In the worse categories of stealing, one might think of the big heists in history, such as the 2020 one in Germany that went on in Dresden at the Green Vault Museum collection, where 100 priceless treasures and jewels worth up to a billion dollars were stolen. Those are the big time stealers of the world, unfortunately to be later glamourized in a hit movie or book. A worse crime though would be one against another human being in stealing their innocence, as in rape, child abuse, incest, and such acts—as, while jewels can be recovered, a person’s innocence stolen away cannot, leaving them hurt for life. That offense cries up to Heaven!

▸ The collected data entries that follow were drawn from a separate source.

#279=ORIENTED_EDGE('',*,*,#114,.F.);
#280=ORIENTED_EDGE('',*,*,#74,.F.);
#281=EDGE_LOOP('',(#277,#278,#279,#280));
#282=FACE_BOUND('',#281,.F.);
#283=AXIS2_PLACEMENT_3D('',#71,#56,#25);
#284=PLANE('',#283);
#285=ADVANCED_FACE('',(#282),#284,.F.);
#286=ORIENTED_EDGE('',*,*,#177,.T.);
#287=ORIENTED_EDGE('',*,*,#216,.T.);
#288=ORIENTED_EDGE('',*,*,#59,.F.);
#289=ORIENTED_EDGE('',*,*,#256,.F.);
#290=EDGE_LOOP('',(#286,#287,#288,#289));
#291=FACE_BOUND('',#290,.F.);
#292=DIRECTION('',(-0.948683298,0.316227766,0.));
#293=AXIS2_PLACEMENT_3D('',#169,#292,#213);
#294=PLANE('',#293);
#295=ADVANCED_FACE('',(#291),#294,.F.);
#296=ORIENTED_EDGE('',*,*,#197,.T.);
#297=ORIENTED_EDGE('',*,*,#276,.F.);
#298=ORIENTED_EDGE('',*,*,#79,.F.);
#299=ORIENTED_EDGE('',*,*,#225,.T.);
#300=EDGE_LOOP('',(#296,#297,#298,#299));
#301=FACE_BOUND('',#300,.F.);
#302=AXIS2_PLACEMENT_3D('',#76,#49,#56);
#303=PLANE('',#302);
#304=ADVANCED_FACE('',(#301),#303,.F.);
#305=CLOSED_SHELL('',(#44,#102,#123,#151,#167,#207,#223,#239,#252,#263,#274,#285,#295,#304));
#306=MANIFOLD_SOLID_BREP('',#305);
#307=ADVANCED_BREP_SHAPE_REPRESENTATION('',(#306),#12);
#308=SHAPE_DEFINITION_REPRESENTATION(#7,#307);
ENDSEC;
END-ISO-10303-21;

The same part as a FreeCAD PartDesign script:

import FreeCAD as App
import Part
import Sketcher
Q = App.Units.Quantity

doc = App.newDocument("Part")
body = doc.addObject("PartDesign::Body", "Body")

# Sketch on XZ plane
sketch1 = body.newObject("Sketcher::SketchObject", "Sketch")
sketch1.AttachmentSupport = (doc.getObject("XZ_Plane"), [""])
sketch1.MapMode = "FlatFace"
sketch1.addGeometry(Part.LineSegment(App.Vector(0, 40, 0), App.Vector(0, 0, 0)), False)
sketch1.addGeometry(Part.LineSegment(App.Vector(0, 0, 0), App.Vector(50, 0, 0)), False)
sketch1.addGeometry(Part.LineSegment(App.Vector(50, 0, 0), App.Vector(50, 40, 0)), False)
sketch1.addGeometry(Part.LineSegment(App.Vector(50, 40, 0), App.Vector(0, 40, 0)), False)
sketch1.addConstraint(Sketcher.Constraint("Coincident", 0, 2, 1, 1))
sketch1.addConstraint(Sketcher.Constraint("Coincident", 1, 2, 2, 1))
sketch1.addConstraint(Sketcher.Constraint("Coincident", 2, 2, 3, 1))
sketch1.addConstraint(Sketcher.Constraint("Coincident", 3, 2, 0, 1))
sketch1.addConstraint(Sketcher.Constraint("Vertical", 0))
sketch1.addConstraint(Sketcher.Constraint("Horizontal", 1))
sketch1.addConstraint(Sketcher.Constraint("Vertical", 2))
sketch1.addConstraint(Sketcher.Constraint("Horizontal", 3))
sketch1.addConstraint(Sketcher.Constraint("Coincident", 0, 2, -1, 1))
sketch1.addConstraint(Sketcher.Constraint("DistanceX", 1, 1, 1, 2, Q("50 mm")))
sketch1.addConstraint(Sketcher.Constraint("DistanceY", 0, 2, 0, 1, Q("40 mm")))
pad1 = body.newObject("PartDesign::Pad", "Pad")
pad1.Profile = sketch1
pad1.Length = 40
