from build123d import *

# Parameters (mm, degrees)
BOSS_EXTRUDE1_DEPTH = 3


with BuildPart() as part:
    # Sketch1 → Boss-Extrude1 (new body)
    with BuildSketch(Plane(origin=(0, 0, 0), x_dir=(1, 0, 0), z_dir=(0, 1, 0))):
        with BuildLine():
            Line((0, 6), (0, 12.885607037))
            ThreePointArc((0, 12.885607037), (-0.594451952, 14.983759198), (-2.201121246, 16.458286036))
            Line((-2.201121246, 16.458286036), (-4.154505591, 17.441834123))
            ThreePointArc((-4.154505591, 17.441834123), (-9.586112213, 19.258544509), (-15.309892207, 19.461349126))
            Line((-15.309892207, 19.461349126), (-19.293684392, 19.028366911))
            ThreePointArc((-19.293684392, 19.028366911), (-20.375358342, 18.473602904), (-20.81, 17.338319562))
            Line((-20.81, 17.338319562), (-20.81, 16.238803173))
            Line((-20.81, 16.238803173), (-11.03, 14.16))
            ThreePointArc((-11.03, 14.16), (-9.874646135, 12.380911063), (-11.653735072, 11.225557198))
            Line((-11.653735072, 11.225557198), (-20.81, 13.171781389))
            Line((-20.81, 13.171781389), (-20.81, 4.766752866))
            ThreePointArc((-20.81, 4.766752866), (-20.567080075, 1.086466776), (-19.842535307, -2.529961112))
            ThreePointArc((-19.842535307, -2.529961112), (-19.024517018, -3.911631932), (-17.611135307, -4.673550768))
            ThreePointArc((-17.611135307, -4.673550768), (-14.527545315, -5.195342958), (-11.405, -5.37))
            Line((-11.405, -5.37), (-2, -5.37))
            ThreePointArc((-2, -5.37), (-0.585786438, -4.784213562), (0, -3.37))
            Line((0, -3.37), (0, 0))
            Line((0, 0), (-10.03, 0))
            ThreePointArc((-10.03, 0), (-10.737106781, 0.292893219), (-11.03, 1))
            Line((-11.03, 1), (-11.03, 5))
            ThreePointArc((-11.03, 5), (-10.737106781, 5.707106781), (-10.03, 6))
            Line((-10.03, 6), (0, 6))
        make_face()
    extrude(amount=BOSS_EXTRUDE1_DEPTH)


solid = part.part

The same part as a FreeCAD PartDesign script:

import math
import FreeCAD as App
import Part
import Sketcher
from FreeCAD import Vector
Q = App.Units.Quantity

doc = App.newDocument("Part")
body = doc.addObject("PartDesign::Body", "Body")

sketch1 = body.newObject("Sketcher::SketchObject", "Sketch")
sketch1.AttachmentSupport = (doc.getObject("XZ_Plane"), [""])
sketch1.MapMode = "FlatFace"
sketch1.addGeometry([
    Part.LineSegment(Vector(0, -6, 0), Vector(0, -12.885607, 0)),
    Part.ArcOfCircle(Part.Circle(Vector(-4, -12.885607, 0), Vector(0, 0, 1), 4), math.radians(-63.274299), math.radians(0)),
    Part.LineSegment(Vector(-2.201121, -16.458286, 0), Vector(-4.154506, -17.441834, 0)),
    Part.ArcOfCircle(Part.Circle(Vector(-13.148899, 0.421561, 0), Vector(0, 0, 1), 20), math.radians(-96.202898), math.radians(-63.274299)),
    Part.LineSegment(Vector(-15.309892, -19.461349, 0), Vector(-19.293684, -19.028367, 0)),
    Part.ArcOfCircle(Part.Circle(Vector(-19.11, -17.33832, 0), Vector(0, 0, 1), 1.7), math.radians(180), math.radians(263.797102)),
    Part.LineSegment(Vector(-20.81, -17.33832, 0), Vector(-20.81, -16.238803, 0)),
    Part.LineSegment(Vector(-20.81, -16.238803, 0), Vector(-11.03, -14.16, 0)),
    Part.ArcOfCircle(Part.Circle(Vector(-11.341868, -12.692779, 0), Vector(0, 0, 1), 1.5), math.radians(-78), math.radians(102)),
    Part.LineSegment(Vector(-11.653735, -11.225557, 0), Vector(-20.81, -13.171781, 0)),
    Part.LineSegment(Vector(-20.81, -13.171781, 0), Vector(-20.81, -4.766753, 0)),
    Part.ArcOfCircle(Part.Circle(Vector(7.19, -4.766753, 0), Vector(0, 0, 1), 28), math.radians(164.894515), math.radians(180)),
    Part.ArcOfCircle(Part.Circle(Vector(-16.946192, 1.74817, 0), Vector(0, 0, 1), 3), math.radians(102.805828), math.radians(164.894515)),
    Part.ArcOfCircle(Part.Circle(Vector(-11.405, -22.63, 0), Vector(0, 0, 1), 28), math.radians(90), math.radians(102.805828)),
    Part.LineSegment(Vector(-11.405, 5.37, 0), Vector(-2, 5.37, 0)),
    Part.ArcOfCircle(Part.Circle(Vector(-2, 3.37, 0), Vector(0, 0, 1), 2), math.radians(0), math.radians(90)),
    Part.LineSegment(Vector(0, 3.37, 0), Vector(0, 0, 0)),
    Part.LineSegment(Vector(0, 0, 0), Vector(-10.03, 0, 0)),
    Part.ArcOfCircle(Part.Circle(Vector(-10.03, -1, 0), Vector(0, 0, 1), 1), math.radians(90), math.radians(180)),
    Part.LineSegment(Vector(-11.03, -1, 0), Vector(-11.03, -5, 0)),
    Part.ArcOfCircle(Part.Circle(Vector(-10.03, -5, 0), Vector(0, 0, 1), 1), math.radians(-180), math.radians(-90)),
    Part.LineSegment(Vector(-10.03, -6, 0), Vector(0, -6, 0)),
], False)
sketch1.addConstraint([
    Sketcher.Constraint("Tangent", 0, 2, 1, 2),
    Sketcher.Constraint("Tangent", 1, 1, 2, 1),
    Sketcher.Constraint("Tangent", 2, 2, 3, 2),
    Sketcher.Constraint("Tangent", 3, 1, 4, 1),
    Sketcher.Constraint("Tangent", 4, 2, 5, 2),
    Sketcher.Constraint("Tangent", 5, 1, 6, 1),
    Sketcher.Constraint("Coincident", 6, 2, 7, 1),
    Sketcher.Constraint("Tangent", 7, 2, 8, 1),
    Sketcher.Constraint("Tangent", 8, 2, 9, 1),
    Sketcher.Constraint("Coincident", 9, 2, 10, 1),
    Sketcher.Constraint("Tangent", 10, 2, 11, 2),
    Sketcher.Constraint("Tangent", 11, 1, 12, 2),
    Sketcher.Constraint("Tangent", 12, 1, 13, 2),
    Sketcher.Constraint("Tangent", 13, 1, 14, 1),
    Sketcher.Constraint("Tangent", 14, 2, 15, 2),
    Sketcher.Constraint("Tangent", 15, 1, 16, 1),
    Sketcher.Constraint("Coincident", 16, 2, 17, 1),
    Sketcher.Constraint("Tangent", 17, 2, 18, 1),
    Sketcher.Constraint("Tangent", 18, 2, 19, 1),
    Sketcher.Constraint("Tangent", 19, 2, 20, 1),
    Sketcher.Constraint("Tangent", 20, 2, 21, 1),
    Sketcher.Constraint("Coincident", 21, 2, 0, 1),
    Sketcher.Constraint("Vertical", 0),
    Sketcher.Constraint("Vertical", 6),
    Sketcher.Constraint("Vertical", 10),
    Sketcher.Constraint("Horizontal", 14),
    Sketcher.Constraint("Vertical", 16),
    Sketcher.Constraint("Horizontal", 17),
    Sketcher.Constraint("Vertical", 19),
    Sketcher.Constraint("Horizontal", 21),
    Sketcher.Constraint("Coincident", 16, 2, -1, 1),
    Sketcher.Constraint("Equal", 11, 13),
    Sketcher.Constraint("Equal", 18, 20),
    Sketcher.Constraint("PointOnObject", 0, 2, -2),
    Sketcher.Constraint("Parallel", 7, 9),
    Sketcher.Constraint("Vertical", 6, 2, 9, 2),
    Sketcher.Constraint("Vertical", 7, 2, 18, 2),
    Sketcher.Constraint("Radius", 1, 4.0),
    Sketcher.Constraint("Radius", 3, 20.0),
    Sketcher.Constraint("Radius", 11, 28.0),
    Sketcher.Constraint("Radius", 12, 3.0),
    Sketcher.Constraint("Radius", 15, 2.0),
    Sketcher.Constraint("Radius", 18, 1.0),
    Sketcher.Constraint("Radius", 5, 1.7),
    Sketcher.Constraint("Radius", 8, 1.5),
    Sketcher.Constraint("DistanceY", 19, 2, 19, 1, 4.0),
    Sketcher.Constraint("Angle", 7, Q("12 deg")),
    Sketcher.Constraint("DistanceX", 17, 2, 17, 1, 10.03),
    Sketcher.Constraint("DistanceY", 16, 2, 16, 1, 3.37),
    Sketcher.Constraint("DistanceX", 14, 1, 14, 2, 9.405),
    Sketcher.Constraint("DistanceX", 5, 3, -1, 1, 19.11),
    Sketcher.Constraint("DistanceY", 7, 2, -1, 1, 14.16),
    Sketcher.Constraint("DistanceY", 10, 1, 10, 2, 8.405029),
    Sketcher.Constraint("DistanceX", 3, 3, -1, 1, 13.148899),
    Sketcher.Constraint("DistanceY", 3, 3, 11, 1, 2.1084),
    Sketcher.Constraint("DistanceY", 0, 2, 0, 1, 6.885607),
    Sketcher.Constraint("DistanceY", 6, 1, 6, 2, 1.099516),
])
pad1 = body.newObject("PartDesign::Pad", "Pad")
pad1.Profile = sketch1
pad1.Length = 3
pad1.Reversed = True

doc.recompute()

These are heinous thefts and steals to be going on every day, some of which the perpetrators may never be punished on earth. For that, God says that these people will pay before the Almighty. Romans 12:9 has God saying: “Vengeance is mine, I will repay them according to their works.” It’s a foolish thing to dare God His justice.

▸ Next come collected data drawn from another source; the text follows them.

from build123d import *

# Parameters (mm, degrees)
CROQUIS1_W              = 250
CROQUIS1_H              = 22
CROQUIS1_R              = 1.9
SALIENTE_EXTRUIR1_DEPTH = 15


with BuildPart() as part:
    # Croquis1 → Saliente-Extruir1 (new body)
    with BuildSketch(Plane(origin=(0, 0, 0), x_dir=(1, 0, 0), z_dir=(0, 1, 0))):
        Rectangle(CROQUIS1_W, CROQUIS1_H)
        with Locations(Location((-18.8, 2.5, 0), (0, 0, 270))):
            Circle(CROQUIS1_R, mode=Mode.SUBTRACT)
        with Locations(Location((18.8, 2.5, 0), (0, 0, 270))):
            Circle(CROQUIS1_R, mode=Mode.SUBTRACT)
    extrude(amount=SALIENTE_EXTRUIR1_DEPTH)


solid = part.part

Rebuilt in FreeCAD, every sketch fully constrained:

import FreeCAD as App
import Part
import Sketcher
from FreeCAD import Vector


def add_polygon(sketch, points):
    """Adds a closed chain of lines whose ends are joined by coincident constraints."""
    first, n = sketch.GeometryCount, len(points)
    for a, b in zip(points, points[1:] + points[:1]):
        sketch.addGeometry(Part.LineSegment(App.Vector(*a, 0), App.Vector(*b, 0)), False)
    for i in range(n):
        sketch.addConstraint(Sketcher.Constraint("Coincident", first + i, 2, first + (i + 1) % n, 1))

doc = App.newDocument("Part")
params = doc.addObject("Spreadsheet::Sheet", "Params")
for row, (alias, value) in enumerate([
    ("sketch1_diameter", "3.8 mm"),
    ("sketch1_width", "250 mm"),
    ("sketch1_height", "22 mm"),
    ("pad1_length", "15 mm"),
], start=1):
    params.set(f"A{row}", alias)
    params.set(f"B{row}", "=" + value)
    params.setAlias(f"B{row}", alias)

body = doc.addObject("PartDesign::Body", "Body")

sketch1 = body.newObject("Sketcher::SketchObject", "Sketch")
sketch1.AttachmentSupport = (doc.getObject("XZ_Plane"), [""])
sketch1.MapMode = "FlatFace"
add_polygon(sketch1, [(-125, -11), (-125, 11), (125, 11), (125, -11)])
sketch1.addGeometry(Part.Circle(Vector(-18.8, -2.5, 0), Vector(0, 0, 1), 1.9), False)
sketch1.addGeometry(Part.Circle(Vector(18.8, -2.5, 0), Vector(0, 0, 1), 1.9), False)
sketch1.addConstraint([
    Sketcher.Constraint("Vertical", 0),
    Sketcher.Constraint("Horizontal", 1),
    Sketcher.Constraint("Vertical", 2),
    Sketcher.Constraint("Horizontal", 3),
    Sketcher.Constraint("Equal", 4, 5),
    Sketcher.Constraint("Symmetric", 0, 2, 2, 2, -1, 1),
    Sketcher.Constraint("Symmetric", 4, 3, 5, 3, -2),
    Sketcher.Constraint("Diameter", 4, 3.8),
    Sketcher.Constraint("DistanceX", 1, 1, 1, 2, 250.0),
    Sketcher.Constraint("DistanceY", 0, 1, 0, 2, 22.0),
    Sketcher.Constraint("DistanceX", 4, 3, -1, 1, 18.8),
    Sketcher.Constraint("DistanceY", 4, 3, -1, 1, 2.5),
])
sketch1.setExpression("Constraints[11]", "Params.sketch1_diameter")
sketch1.setExpression("Constraints[12]", "Params.sketch1_width")
sketch1.setExpression("Constraints[13]", "Params.sketch1_height")
pad1 = body.newObject("PartDesign::Pad", "Pad")
pad1.Profile = sketch1
pad1.setExpression("Length", "Params.pad1_length")
pad1.Reversed = True

doc.recompute()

In the act of stealing, it is not just people that one can disrespect—one can disrespect God’s creation (and therefore, God). There is the taking away of beauty in creation or the lack of protecting it—that’s a sin. There is wrong done versus the planet, as in exploitive ways or grossly irresponsible acts or utterly selfish, only-for-the-now consumption. When we steal from the created world around us, we sin as not acting as the respectful stewards of God whom we have been called to be, but rather become reckless fools who could care little about it anything. Pope Francis has spent some attention on this matter.
It is a good place to wrap up a teaching on Commandment Seven by praising the practitioner of stewardship. Stewardship is a word for people belonging to God as their purposed living. Their witness is quite the opposite of those who would steal. Instead, these just persons are tithers or givers, like to the Church’s need or to where God directs them. As through this virus scare time, the parish will need her honest supporters to our needs. Someone asked me for a Bible verse to defend this “temple support.” I said: Malachi the prophet focused much of his writings on it, calling under-givers to the cause of Faith as “robbers.” (Mal.3:8,9.) Woah! The bible book is addressed not to outside pagans but to the house of believers who have members living ungenerously to God and to God’s obvious causes. Rooted in it is a lack of identity to God or just of a lack of gratitude, both of which can be conformed to God when admitted as an 7th Commandment offense (or combo of other Commandments’ offenses). The spiritual change of a person to stewardship or tithing can bring about the most contentment and depth to a person in their growth, affording them a freedom in The Lord. I have known many such free, contented persons in all my parishes. The Holy Orders’ calling to surrender into a stewardship of self (as the gift or tithe or total offer) makes for happy clergy, too. It’s meant to be of the same spirit. The religious orders of the Church even take a vow of poverty to this end for sharing everything, and owning nothing—all in the spirit of the early Church who began the practice (see Acts 2). It’s truly something to see the happiness of those people in such vows. They make good saints, too.
We can be glad we serve a God Who is good and generous to us. As today’s Psalm 130 says: “With the Lord is kindness and plenteous redemption. H will redeem Israel, looking to free her from all her iniquities.
Thus, I trust in the Lord, my soul trusts in His word. I wait upon Him like sentinels for the dawn. Lord, be attentive to my prayer.